Keywords: reproducible
Whiteboard: [systemsfe][b2g-crash] → [b2g-crash]
Summary: [crash] B2G process with a SIGSEGV when loading an operator poweron mp4 → [crash] B2G process dies when loading an operator poweron mp4
I confirmed that the crash happens at TextureHost::Create().
(In reply to Sotaro Ikeda [:sotaro] from comment #1) > I confirmed that the crash happens at TextureHost::Create(). The crash seems same as Bug 929005 Comment 16.
Component: General → Graphics: Layers
Product: Firefox OS → Core
I regenerate the crash by attaching GDB.
Assignee: nobody → sotaro.ikeda.g
(In reply to Sotaro Ikeda [:sotaro] from comment #1) > I confirmed that the crash happens at TextureHost::Create(). It failed because, LayerManagerComposite and CompositorOGL were still not created. They are created by a first function call to top drawing nsWindow's nsWindow::GetLayerManager() call. http://mxr.mozilla.org/mozilla-central/source/widget/gonk/nsWindow.cpp#548 First created nsWindow is not a drawing window. If GetLayerManager() is called on the nsWindow, as a result two LayerManagerComposites are created, second HwcComposer2D::TryHwComposition() call fell into stack state and drawing did not updated anymore.
ImageBridge tried to create a TextureHost, even when there is no ClientLayerManager and nsVideoFrame.
I am not sure how to add nsWindow::GetLayerManager(). I temporarily add it to HTMLMediaElement. Confirmed that the power on video was drawn correctly on master hamachi.
(In reply to Sotaro Ikeda [:sotaro] from comment #4) > > First created nsWindow is not a drawing window. It seems "hidden window".
By attachment 8340732 [details] [diff] [review], white screen was drawn for shot period and then start video rendering.
This patch did cause white screen before a power on video rendering.
Comment on attachment 8340858 [details] [diff] [review] temporary patch - Create TextureHostOGL when Compositor is not present on gonk Review of attachment 8340858 [details] [diff] [review]: ----------------------------------------------------------------- ::: gfx/layers/composite/TextureHost.cpp @@ +103,5 @@ > aFlags); > +#ifdef MOZ_WIDGET_GONK > + case LAYERS_NONE: > + return CreateTextureHostOGL(aID, aDesc, aDeallocator, aFlags); > +#endif That's very hacky, a comment explaining what's going on would be nice in the final patch. Alternatively, how about not using ImageBridge for the poweron video? If ImageContainer::mImageClient is null, the video is rendered through the non-async transaction code paths which means you know for sure that frames will not reach the compositor thread before layers and compositors are created (To be honest I am a bit worried about how we manage to send video frames to the compositor early enough that no compositor has ever been created). Anyway, just throwing this idea here in case it might help.

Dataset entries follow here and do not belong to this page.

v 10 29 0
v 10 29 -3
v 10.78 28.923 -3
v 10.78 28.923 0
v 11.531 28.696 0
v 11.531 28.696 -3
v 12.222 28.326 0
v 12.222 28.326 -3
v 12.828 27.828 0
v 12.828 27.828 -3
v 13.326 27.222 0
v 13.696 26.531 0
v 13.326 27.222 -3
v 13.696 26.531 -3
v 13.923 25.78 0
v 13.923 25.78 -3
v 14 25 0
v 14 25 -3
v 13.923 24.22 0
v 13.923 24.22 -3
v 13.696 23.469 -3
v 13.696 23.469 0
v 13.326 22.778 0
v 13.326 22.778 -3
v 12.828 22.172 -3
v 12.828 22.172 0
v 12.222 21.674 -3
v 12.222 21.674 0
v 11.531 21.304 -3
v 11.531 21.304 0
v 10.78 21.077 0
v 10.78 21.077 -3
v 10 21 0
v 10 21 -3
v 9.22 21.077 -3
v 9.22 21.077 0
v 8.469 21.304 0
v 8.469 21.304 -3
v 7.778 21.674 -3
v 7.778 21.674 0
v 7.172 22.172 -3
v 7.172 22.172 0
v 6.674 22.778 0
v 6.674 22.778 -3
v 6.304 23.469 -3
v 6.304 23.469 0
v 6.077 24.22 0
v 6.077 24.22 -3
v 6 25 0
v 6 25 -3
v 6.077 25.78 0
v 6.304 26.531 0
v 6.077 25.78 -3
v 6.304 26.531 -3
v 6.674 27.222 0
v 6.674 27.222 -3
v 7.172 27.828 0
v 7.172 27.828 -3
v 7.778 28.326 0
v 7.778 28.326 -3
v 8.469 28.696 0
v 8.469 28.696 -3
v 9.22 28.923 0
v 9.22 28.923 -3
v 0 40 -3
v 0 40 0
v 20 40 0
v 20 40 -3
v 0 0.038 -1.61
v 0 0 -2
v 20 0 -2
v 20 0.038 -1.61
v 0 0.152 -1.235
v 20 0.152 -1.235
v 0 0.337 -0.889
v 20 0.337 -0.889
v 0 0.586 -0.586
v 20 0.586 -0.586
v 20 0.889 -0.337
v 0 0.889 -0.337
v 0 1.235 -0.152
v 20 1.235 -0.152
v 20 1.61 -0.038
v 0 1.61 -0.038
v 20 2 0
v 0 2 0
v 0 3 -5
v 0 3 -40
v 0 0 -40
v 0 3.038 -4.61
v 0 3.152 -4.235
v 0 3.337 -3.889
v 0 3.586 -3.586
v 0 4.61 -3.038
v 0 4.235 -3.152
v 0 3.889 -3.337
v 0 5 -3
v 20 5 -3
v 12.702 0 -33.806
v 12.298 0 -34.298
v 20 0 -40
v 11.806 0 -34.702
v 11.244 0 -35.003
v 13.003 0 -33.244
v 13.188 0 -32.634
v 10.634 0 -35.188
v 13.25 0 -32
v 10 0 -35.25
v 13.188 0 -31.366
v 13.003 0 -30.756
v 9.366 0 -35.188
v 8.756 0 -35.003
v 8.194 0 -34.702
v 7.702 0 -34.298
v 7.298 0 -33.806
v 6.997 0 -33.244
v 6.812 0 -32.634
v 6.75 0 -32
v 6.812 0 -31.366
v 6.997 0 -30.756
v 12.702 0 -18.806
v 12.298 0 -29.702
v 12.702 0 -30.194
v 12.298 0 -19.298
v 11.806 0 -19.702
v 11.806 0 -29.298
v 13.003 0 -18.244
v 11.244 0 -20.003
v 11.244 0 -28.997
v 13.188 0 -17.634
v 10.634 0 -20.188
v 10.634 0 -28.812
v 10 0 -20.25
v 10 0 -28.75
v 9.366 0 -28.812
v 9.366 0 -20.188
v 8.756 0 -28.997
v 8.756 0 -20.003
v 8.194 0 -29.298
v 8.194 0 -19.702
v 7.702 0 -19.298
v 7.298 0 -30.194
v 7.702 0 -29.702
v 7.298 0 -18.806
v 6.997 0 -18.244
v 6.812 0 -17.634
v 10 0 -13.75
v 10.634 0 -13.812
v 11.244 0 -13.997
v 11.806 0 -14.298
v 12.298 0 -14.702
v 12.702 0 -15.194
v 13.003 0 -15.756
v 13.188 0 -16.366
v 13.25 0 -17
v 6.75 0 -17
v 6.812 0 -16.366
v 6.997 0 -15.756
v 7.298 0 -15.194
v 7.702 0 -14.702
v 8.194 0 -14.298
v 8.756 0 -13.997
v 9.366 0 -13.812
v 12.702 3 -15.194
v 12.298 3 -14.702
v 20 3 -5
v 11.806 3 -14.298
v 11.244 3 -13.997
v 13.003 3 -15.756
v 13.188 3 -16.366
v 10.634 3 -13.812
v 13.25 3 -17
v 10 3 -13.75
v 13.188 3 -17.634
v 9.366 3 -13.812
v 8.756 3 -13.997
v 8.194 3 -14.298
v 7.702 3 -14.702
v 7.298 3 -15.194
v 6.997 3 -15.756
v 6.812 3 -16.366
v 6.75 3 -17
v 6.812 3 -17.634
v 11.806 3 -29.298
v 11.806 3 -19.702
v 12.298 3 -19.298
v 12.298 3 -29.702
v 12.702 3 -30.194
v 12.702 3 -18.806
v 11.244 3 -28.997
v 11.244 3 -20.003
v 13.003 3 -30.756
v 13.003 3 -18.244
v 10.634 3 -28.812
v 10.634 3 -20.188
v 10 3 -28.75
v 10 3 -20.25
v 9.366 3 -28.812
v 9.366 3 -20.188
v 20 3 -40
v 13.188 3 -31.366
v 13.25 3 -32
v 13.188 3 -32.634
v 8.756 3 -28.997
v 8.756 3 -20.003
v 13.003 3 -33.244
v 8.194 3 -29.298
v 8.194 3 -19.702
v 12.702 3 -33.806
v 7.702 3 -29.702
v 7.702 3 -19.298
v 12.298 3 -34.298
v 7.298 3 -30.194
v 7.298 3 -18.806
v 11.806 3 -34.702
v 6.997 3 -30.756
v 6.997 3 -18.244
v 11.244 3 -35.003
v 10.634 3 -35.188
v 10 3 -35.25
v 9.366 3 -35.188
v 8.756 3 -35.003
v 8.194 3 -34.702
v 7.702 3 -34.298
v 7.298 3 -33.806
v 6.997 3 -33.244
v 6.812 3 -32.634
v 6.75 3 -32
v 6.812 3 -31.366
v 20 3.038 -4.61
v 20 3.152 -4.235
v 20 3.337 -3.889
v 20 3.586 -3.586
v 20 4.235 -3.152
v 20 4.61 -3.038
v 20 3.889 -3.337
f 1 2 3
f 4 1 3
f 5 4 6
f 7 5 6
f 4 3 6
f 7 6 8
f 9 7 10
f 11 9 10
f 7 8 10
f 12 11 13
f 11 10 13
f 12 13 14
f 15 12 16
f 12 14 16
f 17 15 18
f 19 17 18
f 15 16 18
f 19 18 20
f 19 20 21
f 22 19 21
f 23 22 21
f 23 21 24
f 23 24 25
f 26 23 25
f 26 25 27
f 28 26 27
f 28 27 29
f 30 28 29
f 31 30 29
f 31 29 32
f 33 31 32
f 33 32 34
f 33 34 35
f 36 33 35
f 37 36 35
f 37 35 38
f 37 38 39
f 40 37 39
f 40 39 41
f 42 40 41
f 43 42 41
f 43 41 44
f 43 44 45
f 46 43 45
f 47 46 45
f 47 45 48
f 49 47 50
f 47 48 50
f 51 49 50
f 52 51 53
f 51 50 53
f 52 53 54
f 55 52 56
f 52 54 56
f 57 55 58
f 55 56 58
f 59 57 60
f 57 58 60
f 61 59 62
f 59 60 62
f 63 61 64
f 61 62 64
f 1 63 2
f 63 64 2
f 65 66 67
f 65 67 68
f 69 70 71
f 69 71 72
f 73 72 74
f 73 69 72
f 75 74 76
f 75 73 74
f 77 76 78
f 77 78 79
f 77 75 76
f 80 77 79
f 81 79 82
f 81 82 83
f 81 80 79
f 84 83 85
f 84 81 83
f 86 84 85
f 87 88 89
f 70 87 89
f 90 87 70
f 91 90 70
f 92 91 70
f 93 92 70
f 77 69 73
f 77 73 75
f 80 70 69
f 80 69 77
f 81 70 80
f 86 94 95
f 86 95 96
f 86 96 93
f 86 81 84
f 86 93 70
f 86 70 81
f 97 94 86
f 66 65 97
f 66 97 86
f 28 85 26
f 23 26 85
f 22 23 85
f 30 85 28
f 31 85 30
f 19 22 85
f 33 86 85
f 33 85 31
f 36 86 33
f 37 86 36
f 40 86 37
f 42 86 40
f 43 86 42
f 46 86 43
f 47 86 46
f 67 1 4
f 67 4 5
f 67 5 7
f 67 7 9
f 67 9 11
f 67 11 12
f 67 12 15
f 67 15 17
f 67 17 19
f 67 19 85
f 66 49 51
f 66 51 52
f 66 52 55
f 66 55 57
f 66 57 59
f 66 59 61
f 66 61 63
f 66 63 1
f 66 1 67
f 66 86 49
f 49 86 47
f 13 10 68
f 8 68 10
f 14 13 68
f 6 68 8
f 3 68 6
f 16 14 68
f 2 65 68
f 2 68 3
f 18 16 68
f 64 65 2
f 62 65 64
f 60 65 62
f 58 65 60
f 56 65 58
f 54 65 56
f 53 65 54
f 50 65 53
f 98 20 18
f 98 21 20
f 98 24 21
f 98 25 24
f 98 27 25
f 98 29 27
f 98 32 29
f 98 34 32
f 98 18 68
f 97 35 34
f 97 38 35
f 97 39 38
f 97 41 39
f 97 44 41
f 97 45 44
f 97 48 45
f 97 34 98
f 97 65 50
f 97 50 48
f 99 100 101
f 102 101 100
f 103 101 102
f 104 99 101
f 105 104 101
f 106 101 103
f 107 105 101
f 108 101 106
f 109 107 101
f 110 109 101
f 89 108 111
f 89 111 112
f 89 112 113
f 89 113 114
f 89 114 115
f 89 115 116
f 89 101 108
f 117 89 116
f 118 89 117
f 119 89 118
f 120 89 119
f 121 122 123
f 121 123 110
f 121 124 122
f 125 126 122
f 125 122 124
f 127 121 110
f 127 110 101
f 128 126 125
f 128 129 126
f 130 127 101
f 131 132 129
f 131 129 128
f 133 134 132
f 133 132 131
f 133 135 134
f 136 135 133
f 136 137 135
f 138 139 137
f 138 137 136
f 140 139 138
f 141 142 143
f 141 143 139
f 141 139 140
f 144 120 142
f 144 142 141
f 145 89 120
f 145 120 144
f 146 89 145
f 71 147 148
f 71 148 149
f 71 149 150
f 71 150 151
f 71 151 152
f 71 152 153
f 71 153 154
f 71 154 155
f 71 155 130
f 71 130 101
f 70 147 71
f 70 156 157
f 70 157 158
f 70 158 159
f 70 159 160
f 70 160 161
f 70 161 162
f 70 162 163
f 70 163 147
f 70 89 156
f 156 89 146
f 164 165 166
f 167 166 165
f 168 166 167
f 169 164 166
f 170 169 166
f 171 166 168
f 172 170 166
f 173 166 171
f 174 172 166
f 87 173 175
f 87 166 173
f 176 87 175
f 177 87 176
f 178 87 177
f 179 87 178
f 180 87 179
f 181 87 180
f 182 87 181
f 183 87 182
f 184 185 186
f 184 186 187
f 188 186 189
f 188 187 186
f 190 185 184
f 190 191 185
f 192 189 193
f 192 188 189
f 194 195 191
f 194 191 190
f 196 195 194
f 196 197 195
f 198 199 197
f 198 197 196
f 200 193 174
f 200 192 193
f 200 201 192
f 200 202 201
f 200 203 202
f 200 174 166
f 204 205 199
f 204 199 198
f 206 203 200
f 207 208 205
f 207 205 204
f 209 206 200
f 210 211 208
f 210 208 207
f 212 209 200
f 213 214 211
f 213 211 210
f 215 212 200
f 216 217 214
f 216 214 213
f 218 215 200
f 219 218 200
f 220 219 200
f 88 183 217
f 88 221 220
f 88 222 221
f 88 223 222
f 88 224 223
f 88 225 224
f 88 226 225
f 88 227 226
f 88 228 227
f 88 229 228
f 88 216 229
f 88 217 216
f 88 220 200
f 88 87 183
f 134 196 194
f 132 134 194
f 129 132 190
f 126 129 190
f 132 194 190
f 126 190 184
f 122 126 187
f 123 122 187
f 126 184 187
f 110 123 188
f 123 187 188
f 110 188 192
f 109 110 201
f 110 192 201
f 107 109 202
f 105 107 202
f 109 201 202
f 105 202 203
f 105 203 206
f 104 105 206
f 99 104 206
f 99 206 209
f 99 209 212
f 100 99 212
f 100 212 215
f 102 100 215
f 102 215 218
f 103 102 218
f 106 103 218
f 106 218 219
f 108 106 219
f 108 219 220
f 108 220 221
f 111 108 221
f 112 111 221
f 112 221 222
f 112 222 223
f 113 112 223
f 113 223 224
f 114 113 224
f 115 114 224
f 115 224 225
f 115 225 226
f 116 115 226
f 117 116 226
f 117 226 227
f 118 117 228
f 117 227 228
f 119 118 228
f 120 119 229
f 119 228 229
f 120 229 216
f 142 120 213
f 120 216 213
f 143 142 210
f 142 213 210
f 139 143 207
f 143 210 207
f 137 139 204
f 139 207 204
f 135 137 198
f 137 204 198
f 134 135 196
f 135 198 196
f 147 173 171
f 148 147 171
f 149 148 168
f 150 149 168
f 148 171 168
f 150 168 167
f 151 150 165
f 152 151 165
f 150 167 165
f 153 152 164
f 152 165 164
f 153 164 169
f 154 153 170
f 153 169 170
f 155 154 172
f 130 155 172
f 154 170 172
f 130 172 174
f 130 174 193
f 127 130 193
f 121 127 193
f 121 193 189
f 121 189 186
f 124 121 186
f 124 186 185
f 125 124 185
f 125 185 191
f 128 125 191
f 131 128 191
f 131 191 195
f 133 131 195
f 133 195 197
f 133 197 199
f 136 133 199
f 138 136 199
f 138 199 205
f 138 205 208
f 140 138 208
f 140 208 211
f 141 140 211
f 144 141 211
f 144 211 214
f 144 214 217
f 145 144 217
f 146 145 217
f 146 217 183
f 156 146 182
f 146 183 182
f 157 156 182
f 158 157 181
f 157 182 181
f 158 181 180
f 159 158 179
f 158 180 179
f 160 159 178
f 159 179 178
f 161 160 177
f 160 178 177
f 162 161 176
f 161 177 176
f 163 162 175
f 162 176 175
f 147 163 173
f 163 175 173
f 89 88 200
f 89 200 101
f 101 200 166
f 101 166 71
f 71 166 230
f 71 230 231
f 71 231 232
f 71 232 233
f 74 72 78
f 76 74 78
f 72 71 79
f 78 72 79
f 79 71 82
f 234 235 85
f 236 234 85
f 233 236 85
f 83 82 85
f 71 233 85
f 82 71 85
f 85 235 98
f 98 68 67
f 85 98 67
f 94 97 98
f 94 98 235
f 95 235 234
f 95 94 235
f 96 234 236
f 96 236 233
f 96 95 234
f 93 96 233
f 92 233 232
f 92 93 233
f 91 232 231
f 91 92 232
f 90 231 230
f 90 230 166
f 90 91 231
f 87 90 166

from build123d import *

# Parameters (mm, degrees)
BOSS_EXTRUDE1_DEPTH = 20
SKETCH3_R           = 4
CUT_EXTRUDE1_DEPTH  = 59.043087444
SKETCH4_R           = 3.25
CUT_EXTRUDE2_DEPTH  = 59.043087444


with BuildPart() as part:
    # Sketch1 → Boss-Extrude1 (new body)
    with BuildSketch(Plane(origin=(0, 0, 0), x_dir=(0, 0, -1), z_dir=(1, 0, 0))):
        with BuildLine():
            Line((0, 2), (0, 40))
            Line((0, 40), (3, 40))
            Line((3, 40), (3, 5))
            ThreePointArc((3, 5), (3.585786438, 3.585786438), (5, 3))
            Line((5, 3), (40, 3))
            Line((40, 3), (40, 0))
            Line((40, 0), (2, 0))
            ThreePointArc((2, 0), (0.585786438, 0.585786438), (0, 2))
        make_face()
    extrude(amount=BOSS_EXTRUDE1_DEPTH)

    # Sketch3 → Cut-Extrude1 (cut, through all)
    with BuildSketch(Plane(origin=(0, 0, -3), x_dir=(-1, 0, 0), z_dir=(0, 0, -1))):
        with Locations(Location((-10, 25, 0), (0, 0, 90))):
            Circle(SKETCH3_R)
    extrude(amount=-CUT_EXTRUDE1_DEPTH, mode=Mode.SUBTRACT)

    # Sketch4 → Cut-Extrude2 (cut, through all)
    with BuildSketch(Plane(origin=(0, 3, 0), x_dir=(1, 0, 0), z_dir=(0, 1, 0))):
        with Locations(Location((10, 32, 0), (0, 0, 270))):
            Circle(SKETCH4_R)
        with Locations(Location((10, 17, 0), (0, 0, 270))):
            Circle(SKETCH4_R)
    extrude(amount=-CUT_EXTRUDE2_DEPTH, mode=Mode.SUBTRACT)


solid = part.part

Attachment #8340732 - Attachment is obsolete: true
(In reply to Nicolas Silva [:nical] from comment #11) > If ImageContainer::mImageClient is null, the video is rendered through the > non-async transaction code paths which means you know for sure that frames > will not reach the compositor thread before layers and compositors are > created (To be honest I am a bit worried about how we manage to send video > frames to the compositor early enough that no compositor has ever been > created). ImageContainer::mImageClient is not null. It is created and uses ImageBridge. So, it can not be used to fix the problem. But ImageClientBridge is not created yet.
When the problem happens. ImageBridge are already created and works normally. But LayerTransaction is not created yet.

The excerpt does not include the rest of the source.